When it became clear after 2016 that both harboured presidential ambitions, Ms Warren was particularly careful to cultivate Mr Sanders.

She endorsed Keith Ellison, a top Sanders surrogate who was then a congressman, for Democratic National Committee chair, telling an adviser that she felt she owed it to Mr Sanders, according to a Democrat familiar with the conversation. And before long she was appearing on Mr Sanders’ podcast, and anecdotes were springing up in articles about how they shared meals in airports.

Ms Warren has also taken Mr Sanders’ side in his grievance about the 2016 election. In an interview with CNN in November 2017, when she was asked whether she agreed that the primary had been tilted in Ms Clinton’s favour, Ms Warren replied “yes.”

But tensions between the two have slowly grown since they entered the White House race, as they both pursue progressive voters and endorsements from left-wing leaders and groups. It was not until Ms Warren stopped saying “I’m with Bernie” on “Medicare for All” and devised her own plan that their relationship began to sour. Ms Warren laid out a transition to a single-payer system, while Mr Sanders repeatedly said he would do it “in my first week of office".

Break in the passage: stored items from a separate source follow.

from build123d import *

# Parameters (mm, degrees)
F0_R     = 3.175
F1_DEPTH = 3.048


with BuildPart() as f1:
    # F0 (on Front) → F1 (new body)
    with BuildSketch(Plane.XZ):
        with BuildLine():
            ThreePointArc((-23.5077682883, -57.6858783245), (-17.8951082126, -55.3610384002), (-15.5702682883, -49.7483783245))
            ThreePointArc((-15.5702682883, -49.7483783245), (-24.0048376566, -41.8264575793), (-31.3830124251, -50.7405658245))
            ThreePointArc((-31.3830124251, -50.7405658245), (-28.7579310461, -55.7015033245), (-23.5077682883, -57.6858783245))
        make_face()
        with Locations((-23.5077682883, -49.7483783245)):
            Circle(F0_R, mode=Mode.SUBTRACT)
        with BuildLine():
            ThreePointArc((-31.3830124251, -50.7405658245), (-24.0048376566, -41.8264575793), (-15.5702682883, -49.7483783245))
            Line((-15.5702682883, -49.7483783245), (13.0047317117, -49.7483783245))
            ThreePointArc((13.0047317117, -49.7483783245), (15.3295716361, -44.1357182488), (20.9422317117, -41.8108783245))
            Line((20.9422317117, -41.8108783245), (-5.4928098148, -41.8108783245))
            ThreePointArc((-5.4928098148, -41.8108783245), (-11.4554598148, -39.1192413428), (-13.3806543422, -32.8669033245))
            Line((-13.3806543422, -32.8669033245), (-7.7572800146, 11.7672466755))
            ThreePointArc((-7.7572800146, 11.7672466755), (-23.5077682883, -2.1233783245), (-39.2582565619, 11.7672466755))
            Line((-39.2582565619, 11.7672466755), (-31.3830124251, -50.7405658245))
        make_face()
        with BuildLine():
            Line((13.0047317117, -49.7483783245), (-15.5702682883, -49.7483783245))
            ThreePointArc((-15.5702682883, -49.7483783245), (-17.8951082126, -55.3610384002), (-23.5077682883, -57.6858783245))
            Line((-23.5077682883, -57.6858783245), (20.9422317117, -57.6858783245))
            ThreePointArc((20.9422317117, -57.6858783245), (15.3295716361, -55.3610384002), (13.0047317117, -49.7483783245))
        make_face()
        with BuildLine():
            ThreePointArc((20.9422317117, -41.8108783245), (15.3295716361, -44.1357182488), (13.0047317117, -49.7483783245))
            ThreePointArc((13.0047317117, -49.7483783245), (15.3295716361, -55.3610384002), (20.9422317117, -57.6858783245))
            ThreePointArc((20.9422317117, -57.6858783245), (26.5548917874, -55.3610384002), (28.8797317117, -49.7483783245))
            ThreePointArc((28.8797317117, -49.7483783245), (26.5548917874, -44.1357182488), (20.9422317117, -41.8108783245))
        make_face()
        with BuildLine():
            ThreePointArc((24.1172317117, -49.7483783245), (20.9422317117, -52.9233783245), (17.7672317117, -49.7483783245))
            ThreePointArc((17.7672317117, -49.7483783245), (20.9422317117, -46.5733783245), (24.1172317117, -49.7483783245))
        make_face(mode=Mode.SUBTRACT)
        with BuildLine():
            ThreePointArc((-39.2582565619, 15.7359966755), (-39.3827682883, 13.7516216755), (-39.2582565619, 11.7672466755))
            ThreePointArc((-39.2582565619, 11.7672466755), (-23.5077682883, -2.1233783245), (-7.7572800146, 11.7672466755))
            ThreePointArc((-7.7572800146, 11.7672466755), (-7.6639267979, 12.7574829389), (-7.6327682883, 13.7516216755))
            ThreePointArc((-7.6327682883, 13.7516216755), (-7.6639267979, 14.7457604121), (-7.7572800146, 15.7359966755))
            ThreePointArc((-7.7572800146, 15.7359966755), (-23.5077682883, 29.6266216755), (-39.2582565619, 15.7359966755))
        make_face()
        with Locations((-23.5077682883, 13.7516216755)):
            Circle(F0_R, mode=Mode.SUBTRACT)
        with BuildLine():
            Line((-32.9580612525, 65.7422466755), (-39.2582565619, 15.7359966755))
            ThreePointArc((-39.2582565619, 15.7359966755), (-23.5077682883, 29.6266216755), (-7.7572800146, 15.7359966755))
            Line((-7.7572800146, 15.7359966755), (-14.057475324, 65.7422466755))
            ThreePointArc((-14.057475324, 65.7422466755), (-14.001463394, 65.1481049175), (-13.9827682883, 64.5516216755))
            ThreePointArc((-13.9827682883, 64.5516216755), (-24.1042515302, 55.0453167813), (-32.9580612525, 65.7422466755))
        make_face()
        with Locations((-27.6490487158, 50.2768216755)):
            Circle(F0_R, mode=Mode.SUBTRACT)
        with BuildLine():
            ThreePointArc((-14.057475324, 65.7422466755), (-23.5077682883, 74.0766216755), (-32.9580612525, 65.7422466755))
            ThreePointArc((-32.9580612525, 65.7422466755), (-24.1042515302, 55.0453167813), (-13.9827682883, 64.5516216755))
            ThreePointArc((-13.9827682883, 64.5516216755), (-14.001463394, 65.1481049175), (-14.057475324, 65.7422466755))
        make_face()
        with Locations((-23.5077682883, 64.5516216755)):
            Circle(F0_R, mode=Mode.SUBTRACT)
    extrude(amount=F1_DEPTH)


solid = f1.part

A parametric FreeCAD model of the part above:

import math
import FreeCAD as App
import Part
import Sketcher
Q = App.Units.Quantity

doc = App.newDocument("Part")
body = doc.addObject("PartDesign::Body", "Body")

# Sketch on XZ plane
sketch1 = body.newObject("Sketcher::SketchObject", "Sketch")
sketch1.AttachmentSupport = (doc.getObject("XZ_Plane"), [""])
sketch1.MapMode = "FlatFace"
sketch1.addGeometry([
    Part.LineSegment(App.Vector(20.9, -41.8, 0), App.Vector(-5.5, -41.8, 0)),  # 0
    Part.ArcOfCircle(Part.Circle(App.Vector(-5.5, -33.9, 0), App.Vector(0, 0, 1), 8), math.radians(173), math.radians(270)),  # 1
    Part.LineSegment(App.Vector(-13.4, -32.9, 0), App.Vector(-7.8, 11.8, 0)),  # 2
    Part.ArcOfCircle(Part.Circle(App.Vector(-23.5, 13.8, 0), App.Vector(0, 0, 1), 15.9), math.radians(-7.18), math.radians(0)),  # 3
    Part.ArcOfCircle(Part.Circle(App.Vector(-23.5, 13.8, 0), App.Vector(0, 0, 1), 15.9), math.radians(0), math.radians(7.18)),  # 4
    Part.LineSegment(App.Vector(-7.8, 15.7, 0), App.Vector(-14.1, 65.7, 0)),  # 5
    Part.ArcOfCircle(Part.Circle(App.Vector(-23.5, 64.6, 0), App.Vector(0, 0, 1), 9.5), math.radians(7), math.radians(173)),  # 6
    Part.LineSegment(App.Vector(-33, 65.7, 0), App.Vector(-39.3, 15.7, 0)),  # 7
    Part.ArcOfCircle(Part.Circle(App.Vector(-23.5, 13.8, 0), App.Vector(0, 0, 1), 15.9), math.radians(172.82), math.radians(187.18)),  # 8
    Part.LineSegment(App.Vector(-39.3, 11.8, 0), App.Vector(-31.4, -50.7, 0)),  # 9
    Part.ArcOfCircle(Part.Circle(App.Vector(-23.5, -49.7, 0), App.Vector(0, 0, 1), 7.9), math.radians(-173), math.radians(-90)),  # 10
    Part.LineSegment(App.Vector(-23.5, -57.7, 0), App.Vector(20.9, -57.7, 0)),  # 11
    Part.ArcOfCircle(Part.Circle(App.Vector(20.9, -49.7, 0), App.Vector(0, 0, 1), 7.9), math.radians(-90), math.radians(0)),  # 12
    Part.ArcOfCircle(Part.Circle(App.Vector(20.9, -49.7, 0), App.Vector(0, 0, 1), 7.9), math.radians(0), math.radians(90)),  # 13
    Part.Circle(App.Vector(-23.5, -49.7, 0), App.Vector(0, 0, 1), 3.2),  # 14
    Part.Circle(App.Vector(20.9, -49.7, 0), App.Vector(0, 0, 1), 3.2),  # 15
    Part.Circle(App.Vector(-23.5, 13.8, 0), App.Vector(0, 0, 1), 3.2),  # 16
    Part.Circle(App.Vector(-27.6, 50.3, 0), App.Vector(0, 0, 1), 3.2),  # 17
    Part.Circle(App.Vector(-23.5, 64.6, 0), App.Vector(0, 0, 1), 3.2),  # 18
], False)
sketch1.addConstraint([
    Sketcher.Constraint("Tangent", 0, 2, 1, 2),
    Sketcher.Constraint("Tangent", 1, 1, 2, 1),
    Sketcher.Constraint("Tangent", 2, 2, 3, 1),
    Sketcher.Constraint("Tangent", 3, 2, 4, 1),
    Sketcher.Constraint("Tangent", 4, 2, 5, 1),
    Sketcher.Constraint("Tangent", 5, 2, 6, 1),
    Sketcher.Constraint("Tangent", 6, 2, 7, 1),
    Sketcher.Constraint("Tangent", 7, 2, 8, 1),
    Sketcher.Constraint("Tangent", 8, 2, 9, 1),
    Sketcher.Constraint("Tangent", 9, 2, 10, 1),
    Sketcher.Constraint("Tangent", 10, 2, 11, 1),
    Sketcher.Constraint("Tangent", 11, 2, 12, 1),
    Sketcher.Constraint("Tangent", 12, 2, 13, 1),
    Sketcher.Constraint("Tangent", 13, 2, 0, 1),
    Sketcher.Constraint("Horizontal", 0),
    Sketcher.Constraint("Horizontal", 11),
    Sketcher.Constraint("Coincident", 8, 3, 3, 3),
    Sketcher.Constraint("Coincident", 14, 3, 10, 3),
    Sketcher.Constraint("Coincident", 15, 3, 12, 3),
    Sketcher.Constraint("Coincident", 16, 3, 3, 3),
    Sketcher.Constraint("Coincident", 18, 3, 6, 3),
    Sketcher.Constraint("Equal", 3, 4),
    Sketcher.Constraint("Equal", 4, 8),
    Sketcher.Constraint("Equal", 10, 12),
    Sketcher.Constraint("Equal", 12, 13),
    Sketcher.Constraint("Equal", 14, 15),
    Sketcher.Constraint("Equal", 15, 16),
    Sketcher.Constraint("Equal", 16, 17),
    Sketcher.Constraint("Equal", 17, 18),
    Sketcher.Constraint("Parallel", 2, 7),
    Sketcher.Constraint("Parallel", 5, 9),
    Sketcher.Constraint("Horizontal", 16, 3, 3, 2),
    Sketcher.Constraint("Horizontal", 5, 2, 6, 2),
    Sketcher.Constraint("Horizontal", 15, 3, 12, 2),
    Sketcher.Constraint("Vertical", 8, 3, 10, 3),
    Sketcher.Constraint("Diameter", 14, Q("0.25 in")),
    Sketcher.Constraint("Radius", 1, Q("0.313 in")),
    Sketcher.Constraint("Radius", 3, Q("0.625 in")),
    Sketcher.Constraint("Radius", 6, Q("0.375 in")),
    Sketcher.Constraint("Radius", 10, Q("0.3125 in")),
    Sketcher.Constraint("DistanceY", 4, 3, 6, 3, Q("2 in")),
    Sketcher.Constraint("DistanceX", 11, 1, 11, 2, Q("1.75 in")),
    Sketcher.Constraint("DistanceY", 17, 3, 6, 3, Q("0.562 in")),
    Sketcher.Constraint("DistanceX", 1, 3, -1, 1, Q("5.49281 mm")),
    Sketcher.Constraint("DistanceY", 1, 3, -1, 1, Q("33.860678 mm")),
    Sketcher.Constraint("DistanceX", 17, 3, -1, 1, Q("27.649049 mm")),
])
pad1 = body.newObject("PartDesign::Pad", "Pad")
pad1.Profile = sketch1
pad1.Length = Q("0.12 in")

doc.recompute()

"She tries to be a little flexible, says she wouldn’t do it until her third year, and she gets attacked by him,” said Mr Frank, who has not endorsed, but is friends with, Ms Warren.

Now, after a head-spinning week, it’s clear both campaigns would like to move on.

Responding to a reporter who tweeted about trying unsuccessfully to get Mr Sanders to comment on the post-debate argument, an adviser to Mr Sanders, David Sirota, sought to stoke a different storyline.”I have a crazy idea: perhaps you should ask him about Joe Biden’s 40-year crusade to cut Social Security and Bernie’s own efforts to protect Social Security,” Mr Sirota wrote.